• Activity: For this exercise, return exactly the lines of the material below that begin at the one with "#2=PRODUCT_CONTEXT('',#1,'mechanical');" and stop after the one with "#10=(NAMED_UNIT(*)SI_UNIT($,.STERADIAN.)SOLID_ANGLE_UNIT());".

• Provided records:

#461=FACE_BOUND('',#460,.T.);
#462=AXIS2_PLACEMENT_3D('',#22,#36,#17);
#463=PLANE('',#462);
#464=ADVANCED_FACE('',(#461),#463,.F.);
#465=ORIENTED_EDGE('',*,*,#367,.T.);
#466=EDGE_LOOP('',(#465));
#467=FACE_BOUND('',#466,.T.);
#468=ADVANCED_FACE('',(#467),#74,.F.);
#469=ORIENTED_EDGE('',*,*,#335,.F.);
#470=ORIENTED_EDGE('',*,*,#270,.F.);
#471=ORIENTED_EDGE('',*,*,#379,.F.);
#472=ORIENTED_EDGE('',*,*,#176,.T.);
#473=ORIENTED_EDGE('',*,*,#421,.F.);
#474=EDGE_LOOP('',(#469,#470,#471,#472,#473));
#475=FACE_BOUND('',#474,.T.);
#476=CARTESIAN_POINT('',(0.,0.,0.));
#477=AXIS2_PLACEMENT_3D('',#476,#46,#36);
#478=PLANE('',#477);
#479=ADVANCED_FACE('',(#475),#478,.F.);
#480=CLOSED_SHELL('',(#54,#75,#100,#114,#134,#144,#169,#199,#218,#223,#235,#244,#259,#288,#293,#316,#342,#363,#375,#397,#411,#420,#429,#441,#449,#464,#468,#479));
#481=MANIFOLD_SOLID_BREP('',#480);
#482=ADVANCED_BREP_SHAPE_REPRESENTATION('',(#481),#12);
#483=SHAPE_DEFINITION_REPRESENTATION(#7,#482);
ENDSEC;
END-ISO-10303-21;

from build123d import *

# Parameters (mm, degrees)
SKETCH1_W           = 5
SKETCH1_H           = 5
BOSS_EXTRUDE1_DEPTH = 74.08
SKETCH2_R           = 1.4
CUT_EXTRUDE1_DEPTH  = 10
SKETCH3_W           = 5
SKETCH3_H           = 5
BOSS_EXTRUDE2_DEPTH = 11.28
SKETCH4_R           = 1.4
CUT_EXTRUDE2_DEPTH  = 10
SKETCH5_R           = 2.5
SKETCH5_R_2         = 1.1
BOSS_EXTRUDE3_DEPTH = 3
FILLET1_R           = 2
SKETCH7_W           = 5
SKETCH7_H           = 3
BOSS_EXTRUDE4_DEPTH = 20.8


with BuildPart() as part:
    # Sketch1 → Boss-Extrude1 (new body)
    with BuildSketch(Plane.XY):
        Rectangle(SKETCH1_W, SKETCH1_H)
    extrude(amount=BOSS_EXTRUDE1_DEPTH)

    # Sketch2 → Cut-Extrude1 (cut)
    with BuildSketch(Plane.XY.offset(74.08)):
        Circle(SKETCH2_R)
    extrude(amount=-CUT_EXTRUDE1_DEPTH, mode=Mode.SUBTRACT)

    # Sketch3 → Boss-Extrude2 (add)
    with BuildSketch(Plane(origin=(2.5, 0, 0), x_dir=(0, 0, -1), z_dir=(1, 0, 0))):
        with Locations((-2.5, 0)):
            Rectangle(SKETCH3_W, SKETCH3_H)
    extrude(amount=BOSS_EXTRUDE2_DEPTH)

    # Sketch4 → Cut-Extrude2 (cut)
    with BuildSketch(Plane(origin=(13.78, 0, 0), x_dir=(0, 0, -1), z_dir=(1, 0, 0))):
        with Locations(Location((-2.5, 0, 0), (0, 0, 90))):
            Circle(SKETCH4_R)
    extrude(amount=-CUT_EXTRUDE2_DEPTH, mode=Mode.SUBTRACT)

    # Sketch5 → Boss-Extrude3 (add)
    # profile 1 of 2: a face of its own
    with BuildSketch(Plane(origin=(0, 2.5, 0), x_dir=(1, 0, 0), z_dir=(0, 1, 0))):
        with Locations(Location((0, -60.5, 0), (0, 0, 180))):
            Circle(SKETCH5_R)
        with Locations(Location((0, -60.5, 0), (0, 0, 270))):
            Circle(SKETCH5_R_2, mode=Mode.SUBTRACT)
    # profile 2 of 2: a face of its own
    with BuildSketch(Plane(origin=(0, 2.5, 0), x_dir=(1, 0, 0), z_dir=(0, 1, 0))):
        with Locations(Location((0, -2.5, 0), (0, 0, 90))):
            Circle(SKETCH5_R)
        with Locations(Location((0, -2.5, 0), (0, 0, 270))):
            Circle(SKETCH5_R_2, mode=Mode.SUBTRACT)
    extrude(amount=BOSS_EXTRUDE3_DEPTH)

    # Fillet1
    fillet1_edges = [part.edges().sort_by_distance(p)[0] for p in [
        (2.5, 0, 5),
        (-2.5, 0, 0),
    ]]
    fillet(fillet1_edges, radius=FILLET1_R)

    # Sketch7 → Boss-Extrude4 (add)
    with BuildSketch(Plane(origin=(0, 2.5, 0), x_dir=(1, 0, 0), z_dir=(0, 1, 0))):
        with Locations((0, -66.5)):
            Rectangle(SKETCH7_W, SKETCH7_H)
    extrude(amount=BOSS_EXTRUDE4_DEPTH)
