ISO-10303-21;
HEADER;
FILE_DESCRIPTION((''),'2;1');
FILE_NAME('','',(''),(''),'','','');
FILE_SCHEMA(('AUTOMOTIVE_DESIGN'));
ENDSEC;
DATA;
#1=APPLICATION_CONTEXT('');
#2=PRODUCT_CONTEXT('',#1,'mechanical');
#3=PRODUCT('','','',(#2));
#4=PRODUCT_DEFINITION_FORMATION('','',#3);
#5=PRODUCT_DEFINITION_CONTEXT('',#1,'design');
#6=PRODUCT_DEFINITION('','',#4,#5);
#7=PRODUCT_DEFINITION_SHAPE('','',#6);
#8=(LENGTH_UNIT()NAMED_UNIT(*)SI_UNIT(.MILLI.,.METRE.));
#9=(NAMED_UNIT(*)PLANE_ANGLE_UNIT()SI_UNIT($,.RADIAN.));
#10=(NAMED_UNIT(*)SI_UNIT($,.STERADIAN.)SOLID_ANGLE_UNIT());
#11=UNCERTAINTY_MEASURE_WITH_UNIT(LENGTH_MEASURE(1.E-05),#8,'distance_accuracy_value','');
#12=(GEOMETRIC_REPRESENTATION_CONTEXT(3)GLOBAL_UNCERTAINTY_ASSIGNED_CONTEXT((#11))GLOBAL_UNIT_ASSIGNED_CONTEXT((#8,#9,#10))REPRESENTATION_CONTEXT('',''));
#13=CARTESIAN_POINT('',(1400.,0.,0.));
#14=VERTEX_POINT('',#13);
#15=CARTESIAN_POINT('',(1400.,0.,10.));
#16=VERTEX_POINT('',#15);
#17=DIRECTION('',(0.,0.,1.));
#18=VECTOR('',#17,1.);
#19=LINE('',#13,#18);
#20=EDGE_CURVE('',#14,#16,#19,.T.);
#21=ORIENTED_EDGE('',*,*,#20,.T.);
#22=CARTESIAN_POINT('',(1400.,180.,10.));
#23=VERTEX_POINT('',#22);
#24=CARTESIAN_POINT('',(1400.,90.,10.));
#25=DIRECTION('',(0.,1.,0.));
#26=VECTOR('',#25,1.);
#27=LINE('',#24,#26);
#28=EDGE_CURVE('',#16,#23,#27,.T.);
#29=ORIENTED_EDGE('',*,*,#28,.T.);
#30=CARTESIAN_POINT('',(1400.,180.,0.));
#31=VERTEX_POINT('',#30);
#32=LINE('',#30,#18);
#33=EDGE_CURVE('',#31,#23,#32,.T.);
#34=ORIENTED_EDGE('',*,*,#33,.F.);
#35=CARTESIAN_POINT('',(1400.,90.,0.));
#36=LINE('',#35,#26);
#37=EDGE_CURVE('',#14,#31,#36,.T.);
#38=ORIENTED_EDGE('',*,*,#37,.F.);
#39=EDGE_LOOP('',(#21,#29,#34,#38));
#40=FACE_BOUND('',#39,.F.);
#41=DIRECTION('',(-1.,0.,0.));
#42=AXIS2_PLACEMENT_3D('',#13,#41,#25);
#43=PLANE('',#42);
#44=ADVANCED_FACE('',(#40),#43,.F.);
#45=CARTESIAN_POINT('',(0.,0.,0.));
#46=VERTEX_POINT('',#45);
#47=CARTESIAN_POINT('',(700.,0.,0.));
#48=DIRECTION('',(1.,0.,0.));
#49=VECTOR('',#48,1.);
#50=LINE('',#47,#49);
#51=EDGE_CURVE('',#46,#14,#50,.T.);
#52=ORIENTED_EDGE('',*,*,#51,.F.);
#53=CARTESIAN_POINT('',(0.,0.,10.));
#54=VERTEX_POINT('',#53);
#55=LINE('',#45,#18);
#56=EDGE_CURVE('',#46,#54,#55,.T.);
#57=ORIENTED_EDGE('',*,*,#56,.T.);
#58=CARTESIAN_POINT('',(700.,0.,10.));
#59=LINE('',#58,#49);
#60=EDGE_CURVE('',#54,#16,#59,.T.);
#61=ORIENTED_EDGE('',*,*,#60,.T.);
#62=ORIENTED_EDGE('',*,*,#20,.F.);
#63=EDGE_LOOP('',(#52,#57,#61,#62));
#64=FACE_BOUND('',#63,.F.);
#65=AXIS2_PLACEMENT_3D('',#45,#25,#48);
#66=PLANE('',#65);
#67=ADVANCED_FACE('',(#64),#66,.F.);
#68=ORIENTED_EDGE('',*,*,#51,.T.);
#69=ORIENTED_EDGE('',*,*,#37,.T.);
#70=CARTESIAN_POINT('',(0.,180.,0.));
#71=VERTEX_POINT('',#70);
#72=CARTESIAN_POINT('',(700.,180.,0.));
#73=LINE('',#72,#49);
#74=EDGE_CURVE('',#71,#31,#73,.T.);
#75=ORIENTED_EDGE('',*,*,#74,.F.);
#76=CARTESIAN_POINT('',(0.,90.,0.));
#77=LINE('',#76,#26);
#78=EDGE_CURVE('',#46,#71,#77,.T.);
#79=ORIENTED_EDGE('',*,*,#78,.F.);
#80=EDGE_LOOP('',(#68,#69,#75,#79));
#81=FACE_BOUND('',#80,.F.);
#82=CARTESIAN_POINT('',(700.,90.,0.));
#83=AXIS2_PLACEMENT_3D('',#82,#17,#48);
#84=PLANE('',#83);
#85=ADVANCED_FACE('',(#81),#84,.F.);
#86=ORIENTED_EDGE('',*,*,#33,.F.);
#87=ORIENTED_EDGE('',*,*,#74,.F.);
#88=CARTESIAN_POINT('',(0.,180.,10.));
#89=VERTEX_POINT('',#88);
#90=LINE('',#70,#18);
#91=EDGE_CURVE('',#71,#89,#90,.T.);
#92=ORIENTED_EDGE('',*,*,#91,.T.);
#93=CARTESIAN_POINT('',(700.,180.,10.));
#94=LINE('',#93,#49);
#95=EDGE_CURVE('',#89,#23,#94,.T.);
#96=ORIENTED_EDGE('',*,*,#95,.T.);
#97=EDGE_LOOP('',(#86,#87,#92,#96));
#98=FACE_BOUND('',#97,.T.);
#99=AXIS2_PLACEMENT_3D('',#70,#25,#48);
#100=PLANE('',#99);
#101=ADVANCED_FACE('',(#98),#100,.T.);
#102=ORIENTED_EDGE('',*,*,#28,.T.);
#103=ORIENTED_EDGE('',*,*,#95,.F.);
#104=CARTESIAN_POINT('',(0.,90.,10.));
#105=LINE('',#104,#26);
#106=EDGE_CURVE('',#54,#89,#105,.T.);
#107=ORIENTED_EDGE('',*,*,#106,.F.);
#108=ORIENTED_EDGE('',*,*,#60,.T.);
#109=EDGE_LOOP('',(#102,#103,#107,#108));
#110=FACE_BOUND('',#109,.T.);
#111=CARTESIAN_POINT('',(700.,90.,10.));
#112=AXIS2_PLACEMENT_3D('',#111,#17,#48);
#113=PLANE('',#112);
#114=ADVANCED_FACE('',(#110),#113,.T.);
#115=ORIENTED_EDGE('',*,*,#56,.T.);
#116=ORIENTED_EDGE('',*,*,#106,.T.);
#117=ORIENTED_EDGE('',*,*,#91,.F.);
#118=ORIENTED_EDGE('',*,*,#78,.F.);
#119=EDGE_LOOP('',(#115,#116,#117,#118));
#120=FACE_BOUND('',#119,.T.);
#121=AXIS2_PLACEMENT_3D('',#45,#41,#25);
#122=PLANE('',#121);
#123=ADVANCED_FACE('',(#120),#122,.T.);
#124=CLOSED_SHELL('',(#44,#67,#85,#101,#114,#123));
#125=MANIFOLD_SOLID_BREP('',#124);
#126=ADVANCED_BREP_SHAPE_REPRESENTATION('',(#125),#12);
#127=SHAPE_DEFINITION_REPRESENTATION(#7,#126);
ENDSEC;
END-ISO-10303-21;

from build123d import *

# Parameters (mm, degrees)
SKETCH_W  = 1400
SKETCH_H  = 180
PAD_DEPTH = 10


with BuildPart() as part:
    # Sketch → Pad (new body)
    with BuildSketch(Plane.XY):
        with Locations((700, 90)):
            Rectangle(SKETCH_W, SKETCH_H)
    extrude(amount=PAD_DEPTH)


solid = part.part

• Exercise result:
#2=PRODUCT_CONTEXT('',#1,'mechanical');
#3=PRODUCT('','','',(#2));
#4=PRODUCT_DEFINITION_FORMATION('','',#3);
#5=PRODUCT_DEFINITION_CONTEXT('',#1,'design');
#6=PRODUCT_DEFINITION('','',#4,#5);
#7=PRODUCT_DEFINITION_SHAPE('','',#6);
#8=(LENGTH_UNIT()NAMED_UNIT(*)SI_UNIT(.MILLI.,.METRE.));
#9=(NAMED_UNIT(*)PLANE_ANGLE_UNIT()SI_UNIT($,.RADIAN.));
#10=(NAMED_UNIT(*)SI_UNIT($,.STERADIAN.)SOLID_ANGLE_UNIT());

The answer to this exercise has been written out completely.